First off I extended the chimney to close to grate level, I have seen a lot of mods using dryer vent hoses, but I wanted to keep my top rack for more cooking space, so I crafted this out of some aluminum flashing in about an hour.  








View from the outside, she looks filthy but she gets treated better than that! added a couple of therms at grate level.







Made a charcoal basket out of expanded metal, thanks for all the help on that everyone! Made it through only requiring a couple of the band-aids.







baffle made out of sheet metal, I want to see how this works on it's own before adding tuning plates







some more aluminum flashing to seal up the ends and prevent smoke loss, and a mountain dew can to catch the excess, and yes... it'll tickle yer innards!

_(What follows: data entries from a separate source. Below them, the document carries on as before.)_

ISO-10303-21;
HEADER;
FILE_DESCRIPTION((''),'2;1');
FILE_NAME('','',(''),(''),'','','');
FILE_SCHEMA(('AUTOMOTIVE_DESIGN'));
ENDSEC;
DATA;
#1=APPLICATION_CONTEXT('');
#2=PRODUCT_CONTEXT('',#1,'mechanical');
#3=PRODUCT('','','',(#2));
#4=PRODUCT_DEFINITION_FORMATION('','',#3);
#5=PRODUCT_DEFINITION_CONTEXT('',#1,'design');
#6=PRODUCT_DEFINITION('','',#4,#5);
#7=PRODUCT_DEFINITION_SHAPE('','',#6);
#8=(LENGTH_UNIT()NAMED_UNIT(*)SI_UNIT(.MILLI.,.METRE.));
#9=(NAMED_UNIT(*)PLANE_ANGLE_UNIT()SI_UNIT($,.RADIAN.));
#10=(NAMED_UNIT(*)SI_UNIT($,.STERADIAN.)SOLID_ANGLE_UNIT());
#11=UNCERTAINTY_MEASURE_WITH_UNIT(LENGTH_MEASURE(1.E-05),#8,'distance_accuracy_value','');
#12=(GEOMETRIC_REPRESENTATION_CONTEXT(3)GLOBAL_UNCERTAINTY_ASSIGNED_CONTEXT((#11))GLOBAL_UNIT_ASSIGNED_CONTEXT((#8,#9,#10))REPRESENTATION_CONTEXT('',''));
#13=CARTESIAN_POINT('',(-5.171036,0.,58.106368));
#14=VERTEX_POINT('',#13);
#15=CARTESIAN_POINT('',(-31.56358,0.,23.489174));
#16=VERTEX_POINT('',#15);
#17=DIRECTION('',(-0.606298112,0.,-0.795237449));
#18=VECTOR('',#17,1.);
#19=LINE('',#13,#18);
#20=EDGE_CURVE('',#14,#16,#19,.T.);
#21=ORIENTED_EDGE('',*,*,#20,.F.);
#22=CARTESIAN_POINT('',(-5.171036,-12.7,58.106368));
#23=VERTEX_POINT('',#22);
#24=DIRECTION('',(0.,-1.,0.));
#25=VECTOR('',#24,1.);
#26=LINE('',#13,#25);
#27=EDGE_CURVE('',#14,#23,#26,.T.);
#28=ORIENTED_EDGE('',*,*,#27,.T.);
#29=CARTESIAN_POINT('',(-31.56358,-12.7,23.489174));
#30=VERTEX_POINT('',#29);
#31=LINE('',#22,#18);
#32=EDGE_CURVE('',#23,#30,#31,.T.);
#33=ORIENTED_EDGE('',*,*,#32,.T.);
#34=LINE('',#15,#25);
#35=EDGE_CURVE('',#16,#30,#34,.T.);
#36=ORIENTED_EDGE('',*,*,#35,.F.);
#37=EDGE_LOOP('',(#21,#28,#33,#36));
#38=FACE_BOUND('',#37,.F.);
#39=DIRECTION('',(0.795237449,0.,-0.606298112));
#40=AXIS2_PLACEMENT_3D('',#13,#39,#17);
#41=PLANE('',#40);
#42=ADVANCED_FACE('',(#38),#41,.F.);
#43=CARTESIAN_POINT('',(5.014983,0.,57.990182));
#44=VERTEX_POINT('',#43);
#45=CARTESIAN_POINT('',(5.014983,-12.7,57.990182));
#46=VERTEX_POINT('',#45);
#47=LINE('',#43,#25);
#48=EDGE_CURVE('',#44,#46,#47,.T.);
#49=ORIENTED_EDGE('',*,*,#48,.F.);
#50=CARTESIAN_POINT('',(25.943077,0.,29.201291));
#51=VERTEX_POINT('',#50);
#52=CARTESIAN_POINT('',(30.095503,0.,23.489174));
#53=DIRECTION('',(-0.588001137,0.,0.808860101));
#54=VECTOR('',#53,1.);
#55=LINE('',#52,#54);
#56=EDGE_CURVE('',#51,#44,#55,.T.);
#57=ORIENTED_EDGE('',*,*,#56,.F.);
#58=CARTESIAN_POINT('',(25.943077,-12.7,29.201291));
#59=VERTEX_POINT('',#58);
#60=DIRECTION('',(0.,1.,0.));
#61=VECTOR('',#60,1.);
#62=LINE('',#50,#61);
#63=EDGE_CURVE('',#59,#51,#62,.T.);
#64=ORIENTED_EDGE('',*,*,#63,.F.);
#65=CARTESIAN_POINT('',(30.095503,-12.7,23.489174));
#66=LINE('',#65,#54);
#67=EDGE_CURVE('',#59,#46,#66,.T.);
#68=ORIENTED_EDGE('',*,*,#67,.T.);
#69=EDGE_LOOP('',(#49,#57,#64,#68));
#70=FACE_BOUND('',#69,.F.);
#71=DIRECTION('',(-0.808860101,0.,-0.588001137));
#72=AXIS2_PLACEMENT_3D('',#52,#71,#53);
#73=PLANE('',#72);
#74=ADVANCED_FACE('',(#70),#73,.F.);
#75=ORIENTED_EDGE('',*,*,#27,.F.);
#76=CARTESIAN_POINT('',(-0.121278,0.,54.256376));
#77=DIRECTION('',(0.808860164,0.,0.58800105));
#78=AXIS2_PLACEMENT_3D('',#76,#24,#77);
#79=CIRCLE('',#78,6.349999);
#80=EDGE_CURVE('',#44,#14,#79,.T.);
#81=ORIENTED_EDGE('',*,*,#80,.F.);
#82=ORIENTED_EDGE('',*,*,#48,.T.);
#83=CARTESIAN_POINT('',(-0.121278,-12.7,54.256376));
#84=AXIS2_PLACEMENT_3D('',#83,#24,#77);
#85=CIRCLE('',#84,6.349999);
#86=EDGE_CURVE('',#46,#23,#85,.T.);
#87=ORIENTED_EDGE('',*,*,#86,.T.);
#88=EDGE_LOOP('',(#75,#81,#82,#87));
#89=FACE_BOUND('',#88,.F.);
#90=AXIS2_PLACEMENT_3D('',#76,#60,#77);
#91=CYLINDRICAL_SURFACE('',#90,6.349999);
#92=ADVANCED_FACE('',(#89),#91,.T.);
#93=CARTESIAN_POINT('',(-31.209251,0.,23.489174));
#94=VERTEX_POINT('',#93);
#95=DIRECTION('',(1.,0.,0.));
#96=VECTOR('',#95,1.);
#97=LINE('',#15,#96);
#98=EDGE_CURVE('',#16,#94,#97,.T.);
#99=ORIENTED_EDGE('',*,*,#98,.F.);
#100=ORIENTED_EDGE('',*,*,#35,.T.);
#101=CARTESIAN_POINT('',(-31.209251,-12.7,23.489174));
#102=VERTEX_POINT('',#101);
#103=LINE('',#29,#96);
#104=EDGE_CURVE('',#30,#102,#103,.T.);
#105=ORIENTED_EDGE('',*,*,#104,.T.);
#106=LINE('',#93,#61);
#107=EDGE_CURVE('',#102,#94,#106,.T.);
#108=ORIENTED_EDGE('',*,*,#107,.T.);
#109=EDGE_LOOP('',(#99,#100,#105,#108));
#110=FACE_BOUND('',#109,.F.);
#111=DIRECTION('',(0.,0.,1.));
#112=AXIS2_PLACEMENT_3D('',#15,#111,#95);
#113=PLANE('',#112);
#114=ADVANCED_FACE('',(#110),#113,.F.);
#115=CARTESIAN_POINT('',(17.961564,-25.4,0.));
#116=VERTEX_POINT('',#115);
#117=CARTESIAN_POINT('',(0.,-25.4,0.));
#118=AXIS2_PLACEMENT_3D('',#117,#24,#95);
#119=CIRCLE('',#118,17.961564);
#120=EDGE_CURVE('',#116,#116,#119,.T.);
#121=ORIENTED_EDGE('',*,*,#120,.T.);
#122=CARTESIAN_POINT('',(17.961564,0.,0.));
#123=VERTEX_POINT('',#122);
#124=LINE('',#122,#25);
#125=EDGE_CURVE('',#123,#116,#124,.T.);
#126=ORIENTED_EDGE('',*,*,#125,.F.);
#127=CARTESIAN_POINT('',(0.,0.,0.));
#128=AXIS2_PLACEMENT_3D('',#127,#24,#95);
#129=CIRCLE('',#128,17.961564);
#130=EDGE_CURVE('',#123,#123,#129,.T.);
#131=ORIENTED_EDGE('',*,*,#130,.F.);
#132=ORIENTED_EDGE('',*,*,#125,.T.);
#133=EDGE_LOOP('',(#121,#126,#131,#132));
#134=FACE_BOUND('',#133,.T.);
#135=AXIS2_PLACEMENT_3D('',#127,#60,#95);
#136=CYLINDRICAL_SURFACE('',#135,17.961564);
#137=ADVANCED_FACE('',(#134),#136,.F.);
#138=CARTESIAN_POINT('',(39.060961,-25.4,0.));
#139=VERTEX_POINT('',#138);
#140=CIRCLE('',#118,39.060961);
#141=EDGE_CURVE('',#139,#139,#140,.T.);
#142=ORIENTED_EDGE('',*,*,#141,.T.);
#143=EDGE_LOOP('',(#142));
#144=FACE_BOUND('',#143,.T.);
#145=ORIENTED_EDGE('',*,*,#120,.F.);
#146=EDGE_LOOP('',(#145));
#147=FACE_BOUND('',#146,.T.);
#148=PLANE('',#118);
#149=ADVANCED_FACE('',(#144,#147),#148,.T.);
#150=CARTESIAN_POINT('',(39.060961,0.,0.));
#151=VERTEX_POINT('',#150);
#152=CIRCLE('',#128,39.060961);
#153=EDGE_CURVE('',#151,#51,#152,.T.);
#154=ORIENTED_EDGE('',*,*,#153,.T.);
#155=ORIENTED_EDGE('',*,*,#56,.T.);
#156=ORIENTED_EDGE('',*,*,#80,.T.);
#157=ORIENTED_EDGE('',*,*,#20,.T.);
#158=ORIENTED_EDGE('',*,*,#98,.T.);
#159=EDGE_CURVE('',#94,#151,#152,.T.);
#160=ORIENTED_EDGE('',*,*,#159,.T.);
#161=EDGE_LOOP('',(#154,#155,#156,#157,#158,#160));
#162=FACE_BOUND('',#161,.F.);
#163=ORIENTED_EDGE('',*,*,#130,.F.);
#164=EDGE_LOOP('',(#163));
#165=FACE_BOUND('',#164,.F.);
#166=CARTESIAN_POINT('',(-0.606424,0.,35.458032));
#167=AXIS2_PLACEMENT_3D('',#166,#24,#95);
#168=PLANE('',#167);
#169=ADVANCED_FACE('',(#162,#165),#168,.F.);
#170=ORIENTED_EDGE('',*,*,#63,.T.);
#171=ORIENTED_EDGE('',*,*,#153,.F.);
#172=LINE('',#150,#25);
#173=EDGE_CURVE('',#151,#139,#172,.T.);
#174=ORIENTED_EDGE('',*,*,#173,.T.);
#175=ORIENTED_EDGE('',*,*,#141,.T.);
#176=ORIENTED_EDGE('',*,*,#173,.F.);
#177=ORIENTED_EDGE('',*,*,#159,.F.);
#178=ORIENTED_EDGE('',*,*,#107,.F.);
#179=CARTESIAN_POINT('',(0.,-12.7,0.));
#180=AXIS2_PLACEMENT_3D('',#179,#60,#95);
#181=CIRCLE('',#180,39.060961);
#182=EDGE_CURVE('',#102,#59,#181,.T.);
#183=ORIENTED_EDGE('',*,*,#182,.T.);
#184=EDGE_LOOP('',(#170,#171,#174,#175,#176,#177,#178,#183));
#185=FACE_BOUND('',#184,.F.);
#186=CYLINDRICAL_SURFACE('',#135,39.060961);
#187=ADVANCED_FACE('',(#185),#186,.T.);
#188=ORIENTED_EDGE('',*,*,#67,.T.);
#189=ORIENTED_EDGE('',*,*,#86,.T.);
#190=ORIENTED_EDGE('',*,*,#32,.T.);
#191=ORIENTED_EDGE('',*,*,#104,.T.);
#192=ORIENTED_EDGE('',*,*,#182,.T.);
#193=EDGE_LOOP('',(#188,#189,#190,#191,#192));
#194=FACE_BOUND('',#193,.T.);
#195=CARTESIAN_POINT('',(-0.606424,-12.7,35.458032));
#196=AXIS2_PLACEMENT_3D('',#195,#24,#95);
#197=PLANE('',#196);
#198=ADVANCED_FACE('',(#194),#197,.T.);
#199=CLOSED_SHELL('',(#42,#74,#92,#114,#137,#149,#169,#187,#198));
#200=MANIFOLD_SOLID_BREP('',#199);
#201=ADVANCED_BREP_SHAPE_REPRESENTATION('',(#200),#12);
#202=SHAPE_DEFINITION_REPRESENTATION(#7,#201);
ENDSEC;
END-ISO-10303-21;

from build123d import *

# Parameters (mm, degrees)
F0_R     = 39.060961
F0_R_2   = 17.961564
F1_DEPTH = 25.4
F3_DEPTH = 12.7


with BuildPart() as f1:
    # F0 (on Front) → F1 (new body)
    with BuildSketch(Plane.XZ):
        Circle(F0_R)
        Circle(F0_R_2, mode=Mode.SUBTRACT)
    extrude(amount=F1_DEPTH)

    # F2 (on Front) → F3 (join)
    with BuildSketch(Plane.XZ):
        with BuildLine():
            Line((-5.171036, 58.106368), (-31.56358, 23.489174))
            Line((-31.56358, 23.489174), (30.095503, 23.489174))
            Line((30.095503, 23.489174), (5.014983, 57.990182))
            ThreePointArc((5.014983, 57.990182), (-0.048852, 60.605962), (-5.171036, 58.106368))
        make_face()
    extrude(amount=F3_DEPTH)


solid = f1.part
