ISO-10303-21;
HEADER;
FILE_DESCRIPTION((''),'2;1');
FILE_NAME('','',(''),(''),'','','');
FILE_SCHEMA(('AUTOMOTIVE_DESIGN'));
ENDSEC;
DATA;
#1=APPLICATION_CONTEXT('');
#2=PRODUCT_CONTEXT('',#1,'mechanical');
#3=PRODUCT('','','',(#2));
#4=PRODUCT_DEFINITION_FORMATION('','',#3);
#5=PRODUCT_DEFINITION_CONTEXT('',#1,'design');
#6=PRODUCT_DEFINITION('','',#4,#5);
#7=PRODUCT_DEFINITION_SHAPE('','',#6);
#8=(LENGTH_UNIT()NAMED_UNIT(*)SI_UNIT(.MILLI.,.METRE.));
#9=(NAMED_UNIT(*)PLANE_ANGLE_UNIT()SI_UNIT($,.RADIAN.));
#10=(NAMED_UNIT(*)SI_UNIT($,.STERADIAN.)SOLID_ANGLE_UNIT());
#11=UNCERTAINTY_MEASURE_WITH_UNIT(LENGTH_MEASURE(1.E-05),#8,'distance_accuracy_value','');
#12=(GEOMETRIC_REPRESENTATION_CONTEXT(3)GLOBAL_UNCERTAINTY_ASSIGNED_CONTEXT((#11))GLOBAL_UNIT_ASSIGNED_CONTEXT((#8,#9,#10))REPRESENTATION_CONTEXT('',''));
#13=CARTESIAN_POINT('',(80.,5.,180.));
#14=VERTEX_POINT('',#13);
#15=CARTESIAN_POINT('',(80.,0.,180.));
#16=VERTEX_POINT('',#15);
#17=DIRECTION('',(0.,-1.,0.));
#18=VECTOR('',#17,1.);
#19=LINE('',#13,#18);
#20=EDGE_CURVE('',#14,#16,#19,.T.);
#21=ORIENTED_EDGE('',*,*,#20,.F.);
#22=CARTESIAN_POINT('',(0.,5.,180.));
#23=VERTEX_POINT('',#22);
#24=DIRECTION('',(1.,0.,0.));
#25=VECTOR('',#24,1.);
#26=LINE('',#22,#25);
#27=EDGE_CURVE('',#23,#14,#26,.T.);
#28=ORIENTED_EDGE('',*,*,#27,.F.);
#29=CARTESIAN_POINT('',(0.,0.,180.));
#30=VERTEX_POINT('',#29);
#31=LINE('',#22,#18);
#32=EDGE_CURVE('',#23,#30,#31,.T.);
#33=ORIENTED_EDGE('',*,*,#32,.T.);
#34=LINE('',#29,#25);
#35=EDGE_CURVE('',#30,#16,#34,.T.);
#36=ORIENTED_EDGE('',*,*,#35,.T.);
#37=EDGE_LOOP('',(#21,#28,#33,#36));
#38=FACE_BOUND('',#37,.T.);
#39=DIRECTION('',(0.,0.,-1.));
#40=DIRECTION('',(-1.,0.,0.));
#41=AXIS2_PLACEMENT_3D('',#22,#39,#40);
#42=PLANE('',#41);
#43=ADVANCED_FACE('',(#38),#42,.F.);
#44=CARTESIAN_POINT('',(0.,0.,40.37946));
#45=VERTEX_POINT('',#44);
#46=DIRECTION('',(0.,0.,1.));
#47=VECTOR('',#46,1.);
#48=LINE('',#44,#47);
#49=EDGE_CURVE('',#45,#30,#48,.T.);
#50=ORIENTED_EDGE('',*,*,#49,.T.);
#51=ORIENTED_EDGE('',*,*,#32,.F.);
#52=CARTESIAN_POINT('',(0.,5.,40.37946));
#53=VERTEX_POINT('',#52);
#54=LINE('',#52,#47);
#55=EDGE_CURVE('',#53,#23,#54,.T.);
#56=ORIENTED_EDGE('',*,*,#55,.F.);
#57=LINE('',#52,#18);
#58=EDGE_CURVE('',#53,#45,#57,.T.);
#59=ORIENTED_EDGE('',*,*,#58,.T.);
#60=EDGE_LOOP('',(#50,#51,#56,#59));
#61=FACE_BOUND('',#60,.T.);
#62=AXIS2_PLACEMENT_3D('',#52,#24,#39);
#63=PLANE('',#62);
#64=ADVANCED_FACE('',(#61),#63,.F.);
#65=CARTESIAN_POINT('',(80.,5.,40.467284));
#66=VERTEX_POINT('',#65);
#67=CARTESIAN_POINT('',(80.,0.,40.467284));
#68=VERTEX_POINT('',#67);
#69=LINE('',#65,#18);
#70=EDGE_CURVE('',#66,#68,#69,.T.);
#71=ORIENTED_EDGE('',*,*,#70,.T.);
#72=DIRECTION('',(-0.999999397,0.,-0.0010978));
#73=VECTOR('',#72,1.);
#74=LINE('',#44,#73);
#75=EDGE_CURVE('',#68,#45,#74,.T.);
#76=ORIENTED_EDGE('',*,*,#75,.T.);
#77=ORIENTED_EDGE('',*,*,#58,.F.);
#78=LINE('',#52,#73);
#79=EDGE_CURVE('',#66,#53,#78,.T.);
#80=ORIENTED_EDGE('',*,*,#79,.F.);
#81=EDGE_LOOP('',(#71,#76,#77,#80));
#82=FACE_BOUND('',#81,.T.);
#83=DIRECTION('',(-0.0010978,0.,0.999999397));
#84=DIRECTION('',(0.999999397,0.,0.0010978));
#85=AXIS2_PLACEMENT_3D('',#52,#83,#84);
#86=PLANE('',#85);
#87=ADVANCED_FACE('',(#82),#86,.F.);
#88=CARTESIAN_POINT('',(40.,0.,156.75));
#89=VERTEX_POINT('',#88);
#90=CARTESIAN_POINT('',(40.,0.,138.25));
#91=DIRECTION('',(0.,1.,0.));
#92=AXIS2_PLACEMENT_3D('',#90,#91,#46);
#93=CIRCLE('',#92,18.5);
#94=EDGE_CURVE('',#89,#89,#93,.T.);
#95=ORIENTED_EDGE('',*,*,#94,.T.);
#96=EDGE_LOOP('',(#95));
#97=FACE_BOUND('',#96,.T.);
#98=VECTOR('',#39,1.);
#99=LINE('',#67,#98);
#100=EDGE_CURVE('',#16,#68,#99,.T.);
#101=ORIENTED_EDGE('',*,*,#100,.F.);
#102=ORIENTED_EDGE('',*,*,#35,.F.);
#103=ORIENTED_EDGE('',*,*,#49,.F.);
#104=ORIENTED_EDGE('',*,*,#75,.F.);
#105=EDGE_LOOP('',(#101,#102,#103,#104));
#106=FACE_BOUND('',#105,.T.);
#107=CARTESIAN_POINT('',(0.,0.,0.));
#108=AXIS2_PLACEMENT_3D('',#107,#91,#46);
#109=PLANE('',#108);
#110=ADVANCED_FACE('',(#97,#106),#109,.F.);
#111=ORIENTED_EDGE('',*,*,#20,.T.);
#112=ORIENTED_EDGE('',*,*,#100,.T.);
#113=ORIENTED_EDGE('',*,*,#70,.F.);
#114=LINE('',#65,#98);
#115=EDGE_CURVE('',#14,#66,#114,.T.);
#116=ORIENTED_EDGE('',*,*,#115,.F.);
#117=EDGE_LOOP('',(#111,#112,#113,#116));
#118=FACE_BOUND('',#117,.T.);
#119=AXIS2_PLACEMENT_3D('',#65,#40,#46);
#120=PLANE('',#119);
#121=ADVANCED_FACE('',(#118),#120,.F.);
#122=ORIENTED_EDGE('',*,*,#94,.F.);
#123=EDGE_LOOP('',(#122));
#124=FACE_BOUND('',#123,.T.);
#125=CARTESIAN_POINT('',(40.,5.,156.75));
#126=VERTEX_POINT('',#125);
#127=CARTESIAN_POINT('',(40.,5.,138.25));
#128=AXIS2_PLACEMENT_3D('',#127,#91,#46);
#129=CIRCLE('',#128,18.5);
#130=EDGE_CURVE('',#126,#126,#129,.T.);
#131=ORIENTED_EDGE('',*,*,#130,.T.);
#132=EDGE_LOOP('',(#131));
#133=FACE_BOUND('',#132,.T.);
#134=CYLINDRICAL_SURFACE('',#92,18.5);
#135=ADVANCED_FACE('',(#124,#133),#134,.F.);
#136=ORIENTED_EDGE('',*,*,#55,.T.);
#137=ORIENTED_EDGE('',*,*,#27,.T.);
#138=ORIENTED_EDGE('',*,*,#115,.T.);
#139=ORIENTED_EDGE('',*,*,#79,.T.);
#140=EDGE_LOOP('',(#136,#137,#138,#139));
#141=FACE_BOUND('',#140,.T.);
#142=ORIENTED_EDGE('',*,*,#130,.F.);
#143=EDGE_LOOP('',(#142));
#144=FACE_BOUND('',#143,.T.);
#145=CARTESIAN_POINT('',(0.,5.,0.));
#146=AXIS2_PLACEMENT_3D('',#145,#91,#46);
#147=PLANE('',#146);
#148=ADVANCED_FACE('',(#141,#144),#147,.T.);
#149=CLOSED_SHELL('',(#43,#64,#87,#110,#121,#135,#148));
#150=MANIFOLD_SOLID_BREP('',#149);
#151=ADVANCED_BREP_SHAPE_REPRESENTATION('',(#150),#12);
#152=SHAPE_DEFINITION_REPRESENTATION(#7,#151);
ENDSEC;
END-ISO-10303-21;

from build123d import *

# Parameters (mm, degrees)
SKETCH1_R               = 6
SKETCH1_R_2             = 1.525
BOSS_EXTRUDE1_DEPTH     = 5
CUT_EXTRUDE1_DEPTH      = 198.040604952
CUT_EXTRUDE1_DEPTH_BACK = 198.040604952
SKETCH2_R               = 18.5


with BuildPart() as part:
    # Sketch1 → Boss-Extrude1 (new body)
    with BuildSketch(Plane(origin=(0, 0, 0), x_dir=(1, 0, 0), z_dir=(0, 1, 0))):
        Polygon((0, -40.379460215), (80, -40.467284232), (80, -180), (0, -180), align=None)
        with Locations(Location((40, -131.25, 0), (0, 0, 270))):
            Circle(SKETCH1_R, mode=Mode.SUBTRACT)
        with Locations(Location((24.5, -138.25, 0), (0, 0, 270))):
            Circle(SKETCH1_R_2, mode=Mode.SUBTRACT)
        with Locations(Location((55.5, -138.25, 0), (0, 0, 270))):
            Circle(SKETCH1_R_2, mode=Mode.SUBTRACT)
        with Locations(Location((32.25, -124.826606241, 0), (0, 0, 270))):
            Circle(SKETCH1_R_2, mode=Mode.SUBTRACT)
        with Locations(Location((47.75, -124.826606241, 0), (0, 0, 270))):
            Circle(SKETCH1_R_2, mode=Mode.SUBTRACT)
    extrude(amount=BOSS_EXTRUDE1_DEPTH)

    # Sketch2 → Cut-Extrude1 (cut, two sides: drawn at the far end of the back side and taken through both)
    with BuildSketch(Plane(origin=(0, 5, 0), x_dir=(1, 0, 0), z_dir=(0, 1, 0)).offset(-CUT_EXTRUDE1_DEPTH_BACK)):
        with Locations(Location((40, -138.25, 0), (0, 0, 270))):
            Circle(SKETCH2_R)
    extrude(amount=CUT_EXTRUDE1_DEPTH + CUT_EXTRUDE1_DEPTH_BACK, mode=Mode.SUBTRACT)


solid = part.part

flashing again, just a rectangular piece folded hamburger style and riveted in the middle to plug up the massive holes at each end of the cooking chamber.







out of jealousy of the char grillers and a little creativity crafted a sheet metal drawer to empty ashes from the sfb to keep my fire from being smothered during long cooks.







used the remaining scraps of expanded metal to section off a space in the charcoal basket for wood to go and hopefully not burn up right away 







I have done a couple of cooks but only with a couple of these mods so far, will be doing a butt this weekend. Hope all goes well. 

One more question I have is about my sfb. During one of my last burns, the paint from the lid on the inside and out bubbled and flaked off...I'm a little disappointed but I'll get over it. I scraped off any left over flaky paint but am concerned about more flaking off the next time around since it has already started, I have remedied the problem that caused it the first time, but just want to make sure I'm only cooking with coal and wood! 

Thanks again everyone!


----------



## sqwib (Sep 16, 2011)

Nice mods


----------



## alelover (Sep 16, 2011)




----------



## roller (Sep 16, 2011)

Welcome !!!!!


----------



## bluebombersfan (Sep 16, 2011)




----------



## venture (Sep 16, 2011)

Welcome aboard, Adam!

Good luck and good smoking.


----------



## SmokinAl (Sep 18, 2011)

Glad to have you with us!


----------



## africanmeat (Sep 19, 2011)




----------



## smokininidaho (Jan 28, 2012)

I know this is an old post but these are really good mods, fairly cheap and not that difficult for the average person. I just thought it was a good post to bring back to life!


----------



## tyotrain (Jan 28, 2012)

Welcome to SMF its nice to have ya.. There is lots to learn  and great people to learn from.. Have fun and Happy smoking..


----------



## scarbelly (Jan 28, 2012)

aboard Adam. Great looking smoker


----------



## berninga87 (Jan 29, 2012)

Thanks everyone! I do still use the SNP but I recently finished my first smoker build out of a 60 gal. air tank http://www.smokingmeatforums.com/t/116513/wsm-uds-hybrid-qview#post_757387, so this may take over a lot of duty from the Brinkmann as it is much more efficient. Thanks again! It was all built with information gathered from digging through this forum.


----------



## sprky (Jan 29, 2012)

to SMF Adam. You have come to the right place for smoking info. This site is loaded with great info just use the search bar at top of page to find what you are looking for. If you can't locate the answer just ask folks here are willing to share there knowledge. I suggest you take  the 5 day e-course on smoking its chuck full of great info.Smoking  5-Day e-Course

Nice work on your mods


----------



## jno51 (Jan 29, 2012)

Welcome to SMF Adam. The mods to the pit look good. You are at the right place to get all the help and tips possible. Great People and great forum here. Good Smoking to ya and keep sending the pics. "UP IN SMOKE" from texas


----------



## ecto1 (Feb 2, 2012)

Welcome to SMF glad you can join us.  We are big on Pics and love to help everyone out.  Remember the only question that is dumb is one not asked.  You will not find a friendlier place to talk Que on the web.

You are going to fit in just fine.

Great setup


----------